Test set accuracy under various values of \(\phi \). This time we choose 60 data in a single task, so after 100 tasks of training all MNIST training data were trained. The blue line represents the accuracy changes when new tasks were added and the red line fitting the blue line. (Color figure online)

Table 1. L1 results under various values of \(\phi \). These values are calculated from Fig. 8.

3.4 Comparison with Other Networks

Experiments are run on a laptop with an Intel i7-6700HQ CPU, a NVIDIA 960M GPU, and 16GB memory. LwF method, GAN-based incremental learning method, and EWC method are tested for comparison. To ensure that these methods are comparable, same data and related proportions are provided. The core of the LwF method is loss distillation. The loss value of the method is expressed as \(L=L_{new}+\sigma L_{distillation}\). Using the same proportionality coefficient \(\sigma =\phi \), RFD and LWF can be compared. The incremental training model based on GAN consists of fake data and new task data. It can be considered that the gradient is composed of new data and fake data. The proportion of new data and fake data is as same as our model. The loss function of the EWC method refers to the weights of the previous task and is defined as \(L'(\theta )=L(\theta )+\lambda (W_i-W_0)\). Similarly, the proportionality coefficient \(\lambda \) and \(\phi \) can ensure the comparability of the model. The test accuracy of the four models are comparable, and the accuracy on the test set of the incremental model on the MNIST is also very close. But the time costs are very different. The comparison results are shown in Table 2. The training time of the GAN method consists of a classification network and a GAN network. It is very time-consuming, so the total time is longest. The EWC method needs to repeatedly calculate the fisher matrix, which will become a large time overhead when the amount of data is large. Our method is faster in total time because it is easier to generate data than LwF (Fig. 9).

Fig. 9.
figure 9

Comparison results, typical three increasement learning methods and our method (RFD).
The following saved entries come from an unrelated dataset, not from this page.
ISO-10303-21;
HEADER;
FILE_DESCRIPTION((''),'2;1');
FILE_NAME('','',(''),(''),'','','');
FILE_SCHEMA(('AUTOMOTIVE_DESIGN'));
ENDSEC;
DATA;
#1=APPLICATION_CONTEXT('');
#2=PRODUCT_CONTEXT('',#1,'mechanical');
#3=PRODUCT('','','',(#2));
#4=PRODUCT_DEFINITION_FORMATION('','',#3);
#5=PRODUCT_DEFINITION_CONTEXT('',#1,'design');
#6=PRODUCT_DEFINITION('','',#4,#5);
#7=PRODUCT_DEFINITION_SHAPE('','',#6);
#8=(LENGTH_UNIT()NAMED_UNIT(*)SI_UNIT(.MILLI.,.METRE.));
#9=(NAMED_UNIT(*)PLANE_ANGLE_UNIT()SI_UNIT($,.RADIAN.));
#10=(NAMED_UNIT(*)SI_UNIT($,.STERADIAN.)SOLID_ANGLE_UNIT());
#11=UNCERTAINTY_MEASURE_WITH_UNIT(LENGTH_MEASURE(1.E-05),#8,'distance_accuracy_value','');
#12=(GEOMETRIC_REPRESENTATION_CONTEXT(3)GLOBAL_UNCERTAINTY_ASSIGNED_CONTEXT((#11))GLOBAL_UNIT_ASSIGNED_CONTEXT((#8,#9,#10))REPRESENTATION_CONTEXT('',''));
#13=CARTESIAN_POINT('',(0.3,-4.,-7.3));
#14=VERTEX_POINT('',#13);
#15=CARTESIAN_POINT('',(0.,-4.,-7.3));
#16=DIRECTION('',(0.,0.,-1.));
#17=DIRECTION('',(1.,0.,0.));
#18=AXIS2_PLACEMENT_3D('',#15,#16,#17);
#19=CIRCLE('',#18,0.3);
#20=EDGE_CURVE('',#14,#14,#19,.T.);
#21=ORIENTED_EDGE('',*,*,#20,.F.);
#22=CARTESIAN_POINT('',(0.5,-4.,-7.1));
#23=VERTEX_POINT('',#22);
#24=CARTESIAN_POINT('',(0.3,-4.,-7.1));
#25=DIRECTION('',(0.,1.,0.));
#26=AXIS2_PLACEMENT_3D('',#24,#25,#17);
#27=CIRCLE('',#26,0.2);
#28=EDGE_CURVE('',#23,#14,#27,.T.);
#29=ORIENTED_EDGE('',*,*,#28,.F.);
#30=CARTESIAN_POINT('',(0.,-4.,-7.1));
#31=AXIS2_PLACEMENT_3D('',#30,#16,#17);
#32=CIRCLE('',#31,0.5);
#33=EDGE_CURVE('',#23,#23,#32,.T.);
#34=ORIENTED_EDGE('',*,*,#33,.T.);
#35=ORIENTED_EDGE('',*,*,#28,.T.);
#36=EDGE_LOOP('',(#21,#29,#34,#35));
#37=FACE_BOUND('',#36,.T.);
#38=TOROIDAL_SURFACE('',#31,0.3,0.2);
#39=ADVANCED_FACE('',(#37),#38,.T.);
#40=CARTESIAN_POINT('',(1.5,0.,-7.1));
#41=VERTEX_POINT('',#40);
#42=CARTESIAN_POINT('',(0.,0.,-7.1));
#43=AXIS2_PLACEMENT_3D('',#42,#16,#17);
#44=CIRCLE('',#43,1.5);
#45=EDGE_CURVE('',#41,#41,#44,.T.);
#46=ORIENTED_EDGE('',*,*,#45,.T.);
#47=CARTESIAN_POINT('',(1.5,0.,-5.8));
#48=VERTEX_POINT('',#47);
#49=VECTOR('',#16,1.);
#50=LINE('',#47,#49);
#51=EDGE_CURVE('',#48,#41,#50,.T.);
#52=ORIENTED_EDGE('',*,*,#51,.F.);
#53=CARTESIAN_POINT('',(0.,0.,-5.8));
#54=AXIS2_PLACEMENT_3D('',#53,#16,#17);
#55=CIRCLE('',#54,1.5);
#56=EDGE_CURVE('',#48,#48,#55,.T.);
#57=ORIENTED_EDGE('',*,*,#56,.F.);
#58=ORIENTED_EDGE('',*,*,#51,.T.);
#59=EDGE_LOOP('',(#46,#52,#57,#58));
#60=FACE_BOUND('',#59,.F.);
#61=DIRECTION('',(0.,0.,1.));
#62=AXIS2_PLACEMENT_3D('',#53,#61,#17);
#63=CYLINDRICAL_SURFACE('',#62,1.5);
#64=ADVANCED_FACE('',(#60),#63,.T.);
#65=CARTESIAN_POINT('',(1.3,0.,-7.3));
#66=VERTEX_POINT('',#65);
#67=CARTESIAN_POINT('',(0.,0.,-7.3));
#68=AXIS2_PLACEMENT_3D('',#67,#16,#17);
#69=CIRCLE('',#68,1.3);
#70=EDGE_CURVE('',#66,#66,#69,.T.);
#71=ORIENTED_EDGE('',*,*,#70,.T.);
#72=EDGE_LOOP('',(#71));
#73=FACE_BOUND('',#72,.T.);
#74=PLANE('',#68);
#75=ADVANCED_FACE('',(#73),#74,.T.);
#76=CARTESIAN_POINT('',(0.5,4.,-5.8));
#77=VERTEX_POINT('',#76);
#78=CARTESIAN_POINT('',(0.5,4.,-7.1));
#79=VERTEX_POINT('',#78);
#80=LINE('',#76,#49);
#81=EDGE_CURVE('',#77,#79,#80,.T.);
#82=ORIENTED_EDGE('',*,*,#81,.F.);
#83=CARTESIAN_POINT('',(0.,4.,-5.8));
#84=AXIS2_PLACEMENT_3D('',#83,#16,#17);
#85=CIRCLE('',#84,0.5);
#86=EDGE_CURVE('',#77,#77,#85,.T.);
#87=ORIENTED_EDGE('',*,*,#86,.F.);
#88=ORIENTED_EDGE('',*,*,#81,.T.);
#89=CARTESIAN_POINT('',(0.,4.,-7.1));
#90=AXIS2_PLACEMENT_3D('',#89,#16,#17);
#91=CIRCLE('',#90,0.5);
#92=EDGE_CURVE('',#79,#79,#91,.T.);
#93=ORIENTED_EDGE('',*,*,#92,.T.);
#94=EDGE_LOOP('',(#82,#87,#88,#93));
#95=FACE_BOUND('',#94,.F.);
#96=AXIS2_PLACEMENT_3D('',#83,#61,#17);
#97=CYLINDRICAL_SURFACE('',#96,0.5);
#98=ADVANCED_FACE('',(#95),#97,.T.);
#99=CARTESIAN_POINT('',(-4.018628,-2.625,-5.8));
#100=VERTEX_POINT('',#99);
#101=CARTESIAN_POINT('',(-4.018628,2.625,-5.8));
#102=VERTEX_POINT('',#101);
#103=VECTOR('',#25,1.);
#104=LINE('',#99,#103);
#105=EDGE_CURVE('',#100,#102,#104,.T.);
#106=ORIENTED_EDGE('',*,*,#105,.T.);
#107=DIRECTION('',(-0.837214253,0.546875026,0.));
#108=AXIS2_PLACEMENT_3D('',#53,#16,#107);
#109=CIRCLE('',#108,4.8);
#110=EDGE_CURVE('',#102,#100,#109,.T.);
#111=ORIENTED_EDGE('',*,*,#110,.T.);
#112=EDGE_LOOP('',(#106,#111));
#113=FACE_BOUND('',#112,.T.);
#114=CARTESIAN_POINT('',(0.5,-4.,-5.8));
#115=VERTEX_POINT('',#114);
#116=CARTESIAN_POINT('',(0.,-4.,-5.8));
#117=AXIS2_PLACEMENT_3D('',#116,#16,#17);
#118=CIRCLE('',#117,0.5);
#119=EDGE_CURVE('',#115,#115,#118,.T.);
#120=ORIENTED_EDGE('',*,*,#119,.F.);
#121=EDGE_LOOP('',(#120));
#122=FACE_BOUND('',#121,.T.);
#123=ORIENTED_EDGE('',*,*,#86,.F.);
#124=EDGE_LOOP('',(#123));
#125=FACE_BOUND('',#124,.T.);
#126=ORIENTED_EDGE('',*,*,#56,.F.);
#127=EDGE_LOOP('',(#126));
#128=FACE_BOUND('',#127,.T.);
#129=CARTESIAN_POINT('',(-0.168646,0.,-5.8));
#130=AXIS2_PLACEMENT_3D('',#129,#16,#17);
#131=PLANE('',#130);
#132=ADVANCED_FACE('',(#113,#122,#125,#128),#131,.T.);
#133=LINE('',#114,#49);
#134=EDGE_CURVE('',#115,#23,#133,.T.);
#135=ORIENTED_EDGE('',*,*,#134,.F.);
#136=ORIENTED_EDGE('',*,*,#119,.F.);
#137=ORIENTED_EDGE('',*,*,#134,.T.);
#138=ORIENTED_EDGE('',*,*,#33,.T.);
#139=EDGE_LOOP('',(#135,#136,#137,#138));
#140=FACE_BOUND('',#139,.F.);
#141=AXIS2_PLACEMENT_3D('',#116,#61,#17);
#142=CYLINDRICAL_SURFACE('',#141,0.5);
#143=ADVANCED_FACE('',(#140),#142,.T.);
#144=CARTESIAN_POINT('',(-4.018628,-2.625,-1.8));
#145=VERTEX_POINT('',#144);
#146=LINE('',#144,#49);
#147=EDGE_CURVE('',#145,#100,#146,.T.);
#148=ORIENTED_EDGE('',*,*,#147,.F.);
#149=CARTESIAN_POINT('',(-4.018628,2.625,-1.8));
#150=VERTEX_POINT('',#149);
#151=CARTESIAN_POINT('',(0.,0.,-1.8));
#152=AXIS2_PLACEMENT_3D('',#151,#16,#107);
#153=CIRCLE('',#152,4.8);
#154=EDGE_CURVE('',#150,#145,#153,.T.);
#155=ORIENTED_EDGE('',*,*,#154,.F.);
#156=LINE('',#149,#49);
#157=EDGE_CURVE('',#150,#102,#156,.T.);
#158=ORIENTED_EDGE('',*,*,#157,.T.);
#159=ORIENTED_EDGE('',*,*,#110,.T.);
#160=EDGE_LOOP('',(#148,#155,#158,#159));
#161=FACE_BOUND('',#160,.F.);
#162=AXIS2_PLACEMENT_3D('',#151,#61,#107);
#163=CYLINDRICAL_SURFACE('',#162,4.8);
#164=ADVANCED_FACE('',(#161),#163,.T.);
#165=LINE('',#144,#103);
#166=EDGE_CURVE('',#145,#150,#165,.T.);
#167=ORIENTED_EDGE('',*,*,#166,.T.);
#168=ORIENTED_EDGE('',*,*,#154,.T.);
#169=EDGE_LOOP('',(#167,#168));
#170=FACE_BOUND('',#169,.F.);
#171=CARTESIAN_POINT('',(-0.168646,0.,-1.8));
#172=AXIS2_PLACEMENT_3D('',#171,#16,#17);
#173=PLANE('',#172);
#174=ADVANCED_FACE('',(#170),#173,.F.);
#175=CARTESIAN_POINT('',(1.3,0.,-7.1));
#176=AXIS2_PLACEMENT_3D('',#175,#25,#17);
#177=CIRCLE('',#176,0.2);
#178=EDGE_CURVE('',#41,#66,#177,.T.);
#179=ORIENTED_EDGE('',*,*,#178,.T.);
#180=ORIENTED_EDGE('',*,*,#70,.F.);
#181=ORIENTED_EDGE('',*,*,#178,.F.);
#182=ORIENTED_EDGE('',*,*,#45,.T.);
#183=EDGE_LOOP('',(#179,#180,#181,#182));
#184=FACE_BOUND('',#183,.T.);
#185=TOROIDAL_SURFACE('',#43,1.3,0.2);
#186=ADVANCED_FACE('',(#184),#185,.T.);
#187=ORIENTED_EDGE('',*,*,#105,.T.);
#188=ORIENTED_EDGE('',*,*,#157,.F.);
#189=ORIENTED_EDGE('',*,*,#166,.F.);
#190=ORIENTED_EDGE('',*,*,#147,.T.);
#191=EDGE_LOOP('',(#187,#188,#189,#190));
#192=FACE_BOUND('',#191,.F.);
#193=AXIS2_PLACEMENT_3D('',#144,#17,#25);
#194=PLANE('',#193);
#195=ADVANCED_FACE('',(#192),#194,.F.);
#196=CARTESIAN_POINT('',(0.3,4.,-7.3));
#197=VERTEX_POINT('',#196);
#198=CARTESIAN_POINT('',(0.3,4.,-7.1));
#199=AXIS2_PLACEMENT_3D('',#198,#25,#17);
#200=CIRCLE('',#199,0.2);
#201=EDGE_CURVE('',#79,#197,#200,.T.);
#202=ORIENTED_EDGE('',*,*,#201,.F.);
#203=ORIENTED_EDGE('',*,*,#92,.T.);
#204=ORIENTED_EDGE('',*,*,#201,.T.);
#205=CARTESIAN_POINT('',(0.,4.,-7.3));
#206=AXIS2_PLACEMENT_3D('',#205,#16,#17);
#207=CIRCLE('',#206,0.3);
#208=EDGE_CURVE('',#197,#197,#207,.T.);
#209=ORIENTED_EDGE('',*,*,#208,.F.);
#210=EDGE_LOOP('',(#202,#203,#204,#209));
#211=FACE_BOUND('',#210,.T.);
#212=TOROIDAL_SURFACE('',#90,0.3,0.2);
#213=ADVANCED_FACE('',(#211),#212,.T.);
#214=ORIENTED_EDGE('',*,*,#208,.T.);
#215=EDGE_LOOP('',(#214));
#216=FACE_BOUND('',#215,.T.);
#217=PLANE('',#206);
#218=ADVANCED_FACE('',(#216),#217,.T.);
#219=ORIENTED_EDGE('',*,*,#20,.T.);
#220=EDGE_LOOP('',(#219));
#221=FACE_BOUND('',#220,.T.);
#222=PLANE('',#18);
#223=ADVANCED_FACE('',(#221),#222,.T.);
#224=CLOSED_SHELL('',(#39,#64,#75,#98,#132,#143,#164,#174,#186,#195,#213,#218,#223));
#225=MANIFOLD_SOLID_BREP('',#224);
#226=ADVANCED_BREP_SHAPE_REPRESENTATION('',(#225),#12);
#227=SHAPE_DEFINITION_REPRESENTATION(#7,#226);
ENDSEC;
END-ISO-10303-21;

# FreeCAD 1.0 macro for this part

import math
import FreeCAD as App
import Part
import Sketcher

V = App.Vector


def edges_at(feature, points):
    """Names of the edges that pass closest to the given points."""
    edges = feature.Shape.Edges
    near = lambda p: min(range(len(edges)), key=lambda i: edges[i].distToShape(Part.Vertex(*p))[0])
    return sorted({f"Edge{near(p) + 1}" for p in points})

doc = App.newDocument("Part")
body = doc.addObject("PartDesign::Body", "Body")

# Sketch on XY plane
sketch1 = doc.addObject("Sketcher::SketchObject", "Sketch")
body.addObject(sketch1)
sketch1.AttachmentSupport = (doc.XY_Plane, [""])
sketch1.MapMode = "FlatFace"
sketch1.AttachmentOffset = App.Placement(V(0, 0, -1.8), App.Rotation())
sketch1.addGeometry([
    Part.ArcOfCircle(Part.Circle(V(0, 0, 0), V(0, 0, 1), 4.8), math.radians(-147), math.radians(147)),
    Part.LineSegment(V(-4, -2.6, 0), V(-4, 2.6, 0)),
], False)
sketch1.addConstraint([
    Sketcher.Constraint("Coincident", 0, 1, 1, 1),
    Sketcher.Constraint("Coincident", 1, 2, 0, 2),
    Sketcher.Constraint("Vertical", 1),
    Sketcher.Constraint("Coincident", 0, 3, -1, 1),
    Sketcher.Constraint("Radius", 0, 4.8),
    Sketcher.Constraint("DistanceY", 1, 1, 1, 2, 5.25),
])
pad1 = doc.addObject("PartDesign::Pad", "Pad")
body.addObject(pad1)
pad1.Profile = sketch1
pad1.Length = 4
pad1.Reversed = True

# Sketch on XY plane
sketch2 = doc.addObject("Sketcher::SketchObject", "Sketch001")
body.addObject(sketch2)
sketch2.AttachmentSupport = (doc.XY_Plane, [""])
sketch2.MapMode = "FlatFace"
sketch2.AttachmentOffset = App.Placement(V(0, 0, -5.8), App.Rotation())
sketch2.addGeometry([
    Part.Circle(V(0, 0, 0), V(0, 0, 1), 1.5),
    Part.Circle(V(0, -4, 0), V(0, 0, 1), 0.5),
    Part.Circle(V(0, 4, 0), V(0, 0, 1), 0.5),
], False)
sketch2.addConstraint([
    Sketcher.Constraint("Coincident", 0, 3, -1, 1),
    Sketcher.Constraint("Equal", 1, 2),
    Sketcher.Constraint("Symmetric", 1, 3, 2, 3, -1, 1),
    Sketcher.Constraint("PointOnObject", 1, 3, -2),
    Sketcher.Constraint("Diameter", 0, 3.0),
    Sketcher.Constraint("Diameter", 1, 1.0),
    Sketcher.Constraint("DistanceY", 1, 3, -1, 1, 4.0),
])
pad2 = doc.addObject("PartDesign::Pad", "Pad001")
body.addObject(pad2)
pad2.Profile = sketch2
pad2.Length = 1.5
pad2.Reversed = True
doc.recompute()

fillet = doc.addObject("PartDesign::Fillet", "Fillet")
body.addObject(fillet)
fillet.Base = (pad2, edges_at(pad2, [(-0.5, -4, -7.3), (-0.5, 4, -7.3), (-1.5, 0, -7.3)]))
fillet.Radius = 0.2

doc.recompute()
Table 2. Comparison of training time and accuracy.

4 Conclusion

In this paper, We propose an incremental learning network model based on a random sample fitting distribution. This method mainly simplifies the generator of a GAN-based incremental learning model. It consists of two parts: The Frozen network responsible for generating random samples and the New network used for training. In the experiments, our new model has the same accuracy as the traditional method while learning faster.